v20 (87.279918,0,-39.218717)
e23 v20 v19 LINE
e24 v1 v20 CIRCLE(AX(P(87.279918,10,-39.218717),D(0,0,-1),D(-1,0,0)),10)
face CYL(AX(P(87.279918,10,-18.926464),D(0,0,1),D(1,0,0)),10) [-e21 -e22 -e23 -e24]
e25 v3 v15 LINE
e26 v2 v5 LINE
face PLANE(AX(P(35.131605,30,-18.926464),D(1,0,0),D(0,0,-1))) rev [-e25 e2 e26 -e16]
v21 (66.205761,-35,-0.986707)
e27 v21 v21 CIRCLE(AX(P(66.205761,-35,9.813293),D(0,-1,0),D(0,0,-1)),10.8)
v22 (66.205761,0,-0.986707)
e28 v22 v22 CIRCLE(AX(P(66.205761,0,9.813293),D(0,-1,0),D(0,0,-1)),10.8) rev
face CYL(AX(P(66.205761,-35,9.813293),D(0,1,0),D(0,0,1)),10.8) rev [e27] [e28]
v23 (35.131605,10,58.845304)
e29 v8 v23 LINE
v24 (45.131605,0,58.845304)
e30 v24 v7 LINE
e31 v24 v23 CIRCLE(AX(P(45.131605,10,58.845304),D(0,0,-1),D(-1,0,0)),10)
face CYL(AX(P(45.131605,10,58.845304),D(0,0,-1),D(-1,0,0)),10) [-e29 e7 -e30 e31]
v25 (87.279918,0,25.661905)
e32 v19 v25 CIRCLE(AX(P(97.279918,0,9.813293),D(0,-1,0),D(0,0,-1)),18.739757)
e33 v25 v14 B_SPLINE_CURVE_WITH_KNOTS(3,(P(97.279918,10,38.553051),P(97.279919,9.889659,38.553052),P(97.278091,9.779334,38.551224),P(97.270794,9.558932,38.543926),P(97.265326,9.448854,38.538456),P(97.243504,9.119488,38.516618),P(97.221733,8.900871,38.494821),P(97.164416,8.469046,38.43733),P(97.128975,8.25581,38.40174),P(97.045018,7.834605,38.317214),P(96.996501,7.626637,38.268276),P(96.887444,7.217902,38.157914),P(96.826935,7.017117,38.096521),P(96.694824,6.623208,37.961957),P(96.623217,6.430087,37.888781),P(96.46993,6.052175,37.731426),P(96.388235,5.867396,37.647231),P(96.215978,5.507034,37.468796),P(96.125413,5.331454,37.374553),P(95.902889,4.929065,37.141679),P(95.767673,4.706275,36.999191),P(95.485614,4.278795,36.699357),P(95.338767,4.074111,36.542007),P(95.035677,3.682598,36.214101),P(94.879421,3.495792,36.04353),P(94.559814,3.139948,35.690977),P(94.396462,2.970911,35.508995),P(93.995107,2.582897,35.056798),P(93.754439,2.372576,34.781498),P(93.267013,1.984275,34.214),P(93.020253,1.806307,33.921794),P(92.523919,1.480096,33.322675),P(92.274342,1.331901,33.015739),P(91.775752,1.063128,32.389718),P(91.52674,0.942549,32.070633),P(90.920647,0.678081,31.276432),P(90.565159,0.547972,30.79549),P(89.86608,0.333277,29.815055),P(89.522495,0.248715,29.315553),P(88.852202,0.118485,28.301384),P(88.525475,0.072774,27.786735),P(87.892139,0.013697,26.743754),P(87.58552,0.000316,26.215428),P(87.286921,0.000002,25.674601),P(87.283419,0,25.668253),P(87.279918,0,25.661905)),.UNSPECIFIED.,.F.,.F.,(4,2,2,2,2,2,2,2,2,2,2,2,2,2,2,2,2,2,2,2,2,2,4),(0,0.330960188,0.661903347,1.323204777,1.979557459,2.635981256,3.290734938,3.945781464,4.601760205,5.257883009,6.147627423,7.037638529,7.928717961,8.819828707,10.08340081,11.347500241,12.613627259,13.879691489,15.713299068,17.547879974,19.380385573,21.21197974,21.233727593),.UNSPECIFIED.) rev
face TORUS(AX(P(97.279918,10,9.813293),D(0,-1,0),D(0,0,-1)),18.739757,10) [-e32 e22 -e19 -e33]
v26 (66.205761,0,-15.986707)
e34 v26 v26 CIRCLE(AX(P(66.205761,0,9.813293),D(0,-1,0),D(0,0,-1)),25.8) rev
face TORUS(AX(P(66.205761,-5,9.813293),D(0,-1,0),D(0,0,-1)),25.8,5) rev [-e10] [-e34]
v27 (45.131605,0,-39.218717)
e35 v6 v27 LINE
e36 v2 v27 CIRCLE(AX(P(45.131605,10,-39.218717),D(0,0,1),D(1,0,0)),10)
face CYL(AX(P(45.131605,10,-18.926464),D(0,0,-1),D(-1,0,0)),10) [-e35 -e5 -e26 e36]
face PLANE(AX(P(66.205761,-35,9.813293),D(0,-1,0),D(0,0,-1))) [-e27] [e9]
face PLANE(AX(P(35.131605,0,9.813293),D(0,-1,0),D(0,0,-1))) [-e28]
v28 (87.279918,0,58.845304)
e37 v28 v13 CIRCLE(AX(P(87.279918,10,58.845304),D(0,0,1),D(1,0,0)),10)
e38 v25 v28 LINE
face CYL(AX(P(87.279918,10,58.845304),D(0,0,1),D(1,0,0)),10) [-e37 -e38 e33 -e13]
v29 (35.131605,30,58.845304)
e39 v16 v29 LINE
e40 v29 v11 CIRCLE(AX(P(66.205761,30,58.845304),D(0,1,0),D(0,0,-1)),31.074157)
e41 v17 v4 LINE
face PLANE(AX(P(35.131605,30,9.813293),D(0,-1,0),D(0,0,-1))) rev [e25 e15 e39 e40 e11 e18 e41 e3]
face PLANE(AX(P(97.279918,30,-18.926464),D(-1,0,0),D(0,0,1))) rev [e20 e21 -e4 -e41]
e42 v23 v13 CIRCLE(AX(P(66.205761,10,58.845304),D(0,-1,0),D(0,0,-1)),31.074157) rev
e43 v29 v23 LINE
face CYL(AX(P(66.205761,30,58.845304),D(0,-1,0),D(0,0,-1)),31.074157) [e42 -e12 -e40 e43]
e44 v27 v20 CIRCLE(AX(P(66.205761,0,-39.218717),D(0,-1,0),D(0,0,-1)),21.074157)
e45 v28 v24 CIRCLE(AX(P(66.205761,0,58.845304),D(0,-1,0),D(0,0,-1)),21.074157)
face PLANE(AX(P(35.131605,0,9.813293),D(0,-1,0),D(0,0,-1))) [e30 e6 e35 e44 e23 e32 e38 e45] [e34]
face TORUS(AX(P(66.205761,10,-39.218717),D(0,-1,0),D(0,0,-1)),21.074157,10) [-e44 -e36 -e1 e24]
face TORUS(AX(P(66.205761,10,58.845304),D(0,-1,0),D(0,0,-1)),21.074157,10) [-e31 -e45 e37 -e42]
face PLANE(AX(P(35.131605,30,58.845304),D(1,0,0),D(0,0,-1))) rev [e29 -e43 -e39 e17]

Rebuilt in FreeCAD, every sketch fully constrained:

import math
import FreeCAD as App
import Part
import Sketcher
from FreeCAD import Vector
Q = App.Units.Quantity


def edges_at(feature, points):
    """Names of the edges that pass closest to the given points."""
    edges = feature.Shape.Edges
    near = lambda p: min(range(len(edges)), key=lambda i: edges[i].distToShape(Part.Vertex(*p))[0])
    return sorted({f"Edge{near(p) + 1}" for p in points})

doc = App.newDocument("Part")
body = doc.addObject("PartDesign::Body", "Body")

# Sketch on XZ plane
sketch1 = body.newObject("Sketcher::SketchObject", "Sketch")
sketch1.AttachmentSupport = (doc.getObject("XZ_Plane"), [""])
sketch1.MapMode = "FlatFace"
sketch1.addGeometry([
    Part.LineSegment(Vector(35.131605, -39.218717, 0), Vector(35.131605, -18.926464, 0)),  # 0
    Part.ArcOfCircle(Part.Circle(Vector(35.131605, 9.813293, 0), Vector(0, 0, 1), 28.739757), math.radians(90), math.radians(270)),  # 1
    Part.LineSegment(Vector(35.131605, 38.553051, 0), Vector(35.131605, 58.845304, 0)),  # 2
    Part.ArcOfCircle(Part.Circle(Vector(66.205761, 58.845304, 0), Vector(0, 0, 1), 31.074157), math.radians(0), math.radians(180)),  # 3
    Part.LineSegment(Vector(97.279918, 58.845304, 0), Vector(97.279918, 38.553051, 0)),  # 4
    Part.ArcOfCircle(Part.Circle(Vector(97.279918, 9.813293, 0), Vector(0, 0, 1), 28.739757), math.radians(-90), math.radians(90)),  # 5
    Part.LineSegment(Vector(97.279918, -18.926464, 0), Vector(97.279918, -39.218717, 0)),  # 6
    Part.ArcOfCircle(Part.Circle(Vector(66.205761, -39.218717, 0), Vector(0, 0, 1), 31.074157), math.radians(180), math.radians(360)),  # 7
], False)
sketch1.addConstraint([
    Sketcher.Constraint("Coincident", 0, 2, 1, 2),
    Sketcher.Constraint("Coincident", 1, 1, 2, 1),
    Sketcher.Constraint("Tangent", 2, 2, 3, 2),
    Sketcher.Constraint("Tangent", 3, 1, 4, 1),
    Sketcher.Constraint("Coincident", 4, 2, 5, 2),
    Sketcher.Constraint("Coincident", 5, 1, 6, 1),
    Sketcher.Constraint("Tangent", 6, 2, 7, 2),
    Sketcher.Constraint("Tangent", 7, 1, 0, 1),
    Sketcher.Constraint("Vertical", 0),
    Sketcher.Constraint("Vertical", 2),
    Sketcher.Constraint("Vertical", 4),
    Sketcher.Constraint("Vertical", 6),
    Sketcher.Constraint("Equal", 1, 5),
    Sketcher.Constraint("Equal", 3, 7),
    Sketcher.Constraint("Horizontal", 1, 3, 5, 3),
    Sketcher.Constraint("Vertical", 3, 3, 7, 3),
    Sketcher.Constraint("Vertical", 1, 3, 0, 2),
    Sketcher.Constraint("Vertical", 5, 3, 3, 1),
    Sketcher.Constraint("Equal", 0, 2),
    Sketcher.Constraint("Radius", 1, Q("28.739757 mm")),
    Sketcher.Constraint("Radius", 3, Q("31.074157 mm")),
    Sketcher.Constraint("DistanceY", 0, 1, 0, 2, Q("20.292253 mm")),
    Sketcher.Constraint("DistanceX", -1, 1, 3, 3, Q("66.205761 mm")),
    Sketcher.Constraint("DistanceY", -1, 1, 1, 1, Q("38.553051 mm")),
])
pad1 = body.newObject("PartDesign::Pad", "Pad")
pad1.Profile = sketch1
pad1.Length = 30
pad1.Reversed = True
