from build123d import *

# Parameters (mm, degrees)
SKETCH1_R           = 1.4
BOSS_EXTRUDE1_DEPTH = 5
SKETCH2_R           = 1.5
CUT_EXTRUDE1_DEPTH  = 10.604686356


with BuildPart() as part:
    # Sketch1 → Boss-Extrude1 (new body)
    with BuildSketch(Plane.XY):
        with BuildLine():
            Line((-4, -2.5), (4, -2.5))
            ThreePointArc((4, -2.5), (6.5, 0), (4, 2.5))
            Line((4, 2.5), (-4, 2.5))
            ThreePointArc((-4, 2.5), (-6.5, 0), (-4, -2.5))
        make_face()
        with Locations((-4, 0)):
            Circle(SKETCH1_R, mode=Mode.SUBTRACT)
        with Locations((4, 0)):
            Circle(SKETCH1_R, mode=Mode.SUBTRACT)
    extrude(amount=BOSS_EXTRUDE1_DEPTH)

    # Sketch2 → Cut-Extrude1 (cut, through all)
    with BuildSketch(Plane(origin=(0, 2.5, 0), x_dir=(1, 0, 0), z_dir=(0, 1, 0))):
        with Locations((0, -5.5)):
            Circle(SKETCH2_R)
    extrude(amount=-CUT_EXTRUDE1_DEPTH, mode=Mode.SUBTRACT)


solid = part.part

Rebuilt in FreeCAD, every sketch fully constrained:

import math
import FreeCAD as App
import Part
import Sketcher
Q = App.Units.Quantity

doc = App.newDocument("Part")
body = doc.addObject("PartDesign::Body", "Body")

# Sketch on XY plane
sketch1 = body.newObject("Sketcher::SketchObject", "Sketch")
sketch1.AttachmentSupport = (doc.getObject("XY_Plane"), [""])
sketch1.MapMode = "FlatFace"
sketch1.addGeometry([
    Part.LineSegment(App.Vector(-4, -2.5, 0), App.Vector(4, -2.5, 0)),  # 0
    Part.ArcOfCircle(Part.Circle(App.Vector(4, 0, 0), App.Vector(0, 0, 1), 2.5), math.radians(-90), math.radians(90)),  # 1
    Part.LineSegment(App.Vector(4, 2.5, 0), App.Vector(-4, 2.5, 0)),  # 2
    Part.ArcOfCircle(Part.Circle(App.Vector(-4, 0, 0), App.Vector(0, 0, 1), 2.5), math.radians(90), math.radians(270)),  # 3
    Part.Circle(App.Vector(-4, 0, 0), App.Vector(0, 0, 1), 1.4),  # 4
    Part.Circle(App.Vector(4, 0, 0), App.Vector(0, 0, 1), 1.4),  # 5
], False)
sketch1.addConstraint([
    Sketcher.Constraint("Tangent", 0, 2, 1, 1),
    Sketcher.Constraint("Tangent", 1, 2, 2, 1),
    Sketcher.Constraint("Tangent", 2, 2, 3, 1),
    Sketcher.Constraint("Tangent", 3, 2, 0, 1),
    Sketcher.Constraint("Horizontal", 0),
    Sketcher.Constraint("Horizontal", 2),
    Sketcher.Constraint("Coincident", 4, 3, 3, 3),
    Sketcher.Constraint("Coincident", 5, 3, 1, 3),
    Sketcher.Constraint("Equal", 4, 5),
    Sketcher.Constraint("Symmetric", 1, 3, 3, 3, -1, 1),
    Sketcher.Constraint("Diameter", 4, Q("2.8 mm")),
    Sketcher.Constraint("Radius", 1, Q("2.5 mm")),
    Sketcher.Constraint("DistanceX", 0, 1, 0, 2, Q("8 mm")),
])
pad1 = body.newObject("PartDesign::Pad", "Pad")
pad1.Profile = sketch1
pad1.Length = 5

# Sketch on XZ plane
sketch2 = body.newObject("Sketcher::SketchObject", "Sketch001")
sketch2.AttachmentSupport = (doc.getObject("XZ_Plane"), [""])
sketch2.MapMode = "FlatFace"
sketch2.AttachmentOffset = App.Placement(App.Vector(0, 0, -2.5), App.Rotation())
sketch2.addGeometry(Part.Circle(App.Vector(0, 5.5, 0), App.Vector(0, 0, 1), 1.5), False)
sketch2.addConstraint([
    Sketcher.Constraint("PointOnObject", 0, 3, -2),
    Sketcher.Constraint("Diameter", 0, Q("3 mm")),
    Sketcher.Constraint("DistanceY", -1, 1, 0, 3, Q("5.5 mm")),
])
pocket1 = body.newObject("PartDesign::Pocket", "Pocket")
pocket1.Profile = sketch2
pocket1.Type = "ThroughAll"
pocket1.Reversed = True

doc.recompute()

== Task description ==
Would you please repeat exactly the lines above, starting at the line with "v25 (87.279918,0,25.661905)" and stopping at the line with "e32 v19 v25", both included?

== Written answer ==
v25 (87.279918,0,25.661905)
e32 v19 v25 CIRCLE(AX(P(97.279918,0,9.813293),D(0,-1,0),D(0,0,-1)),18.739757)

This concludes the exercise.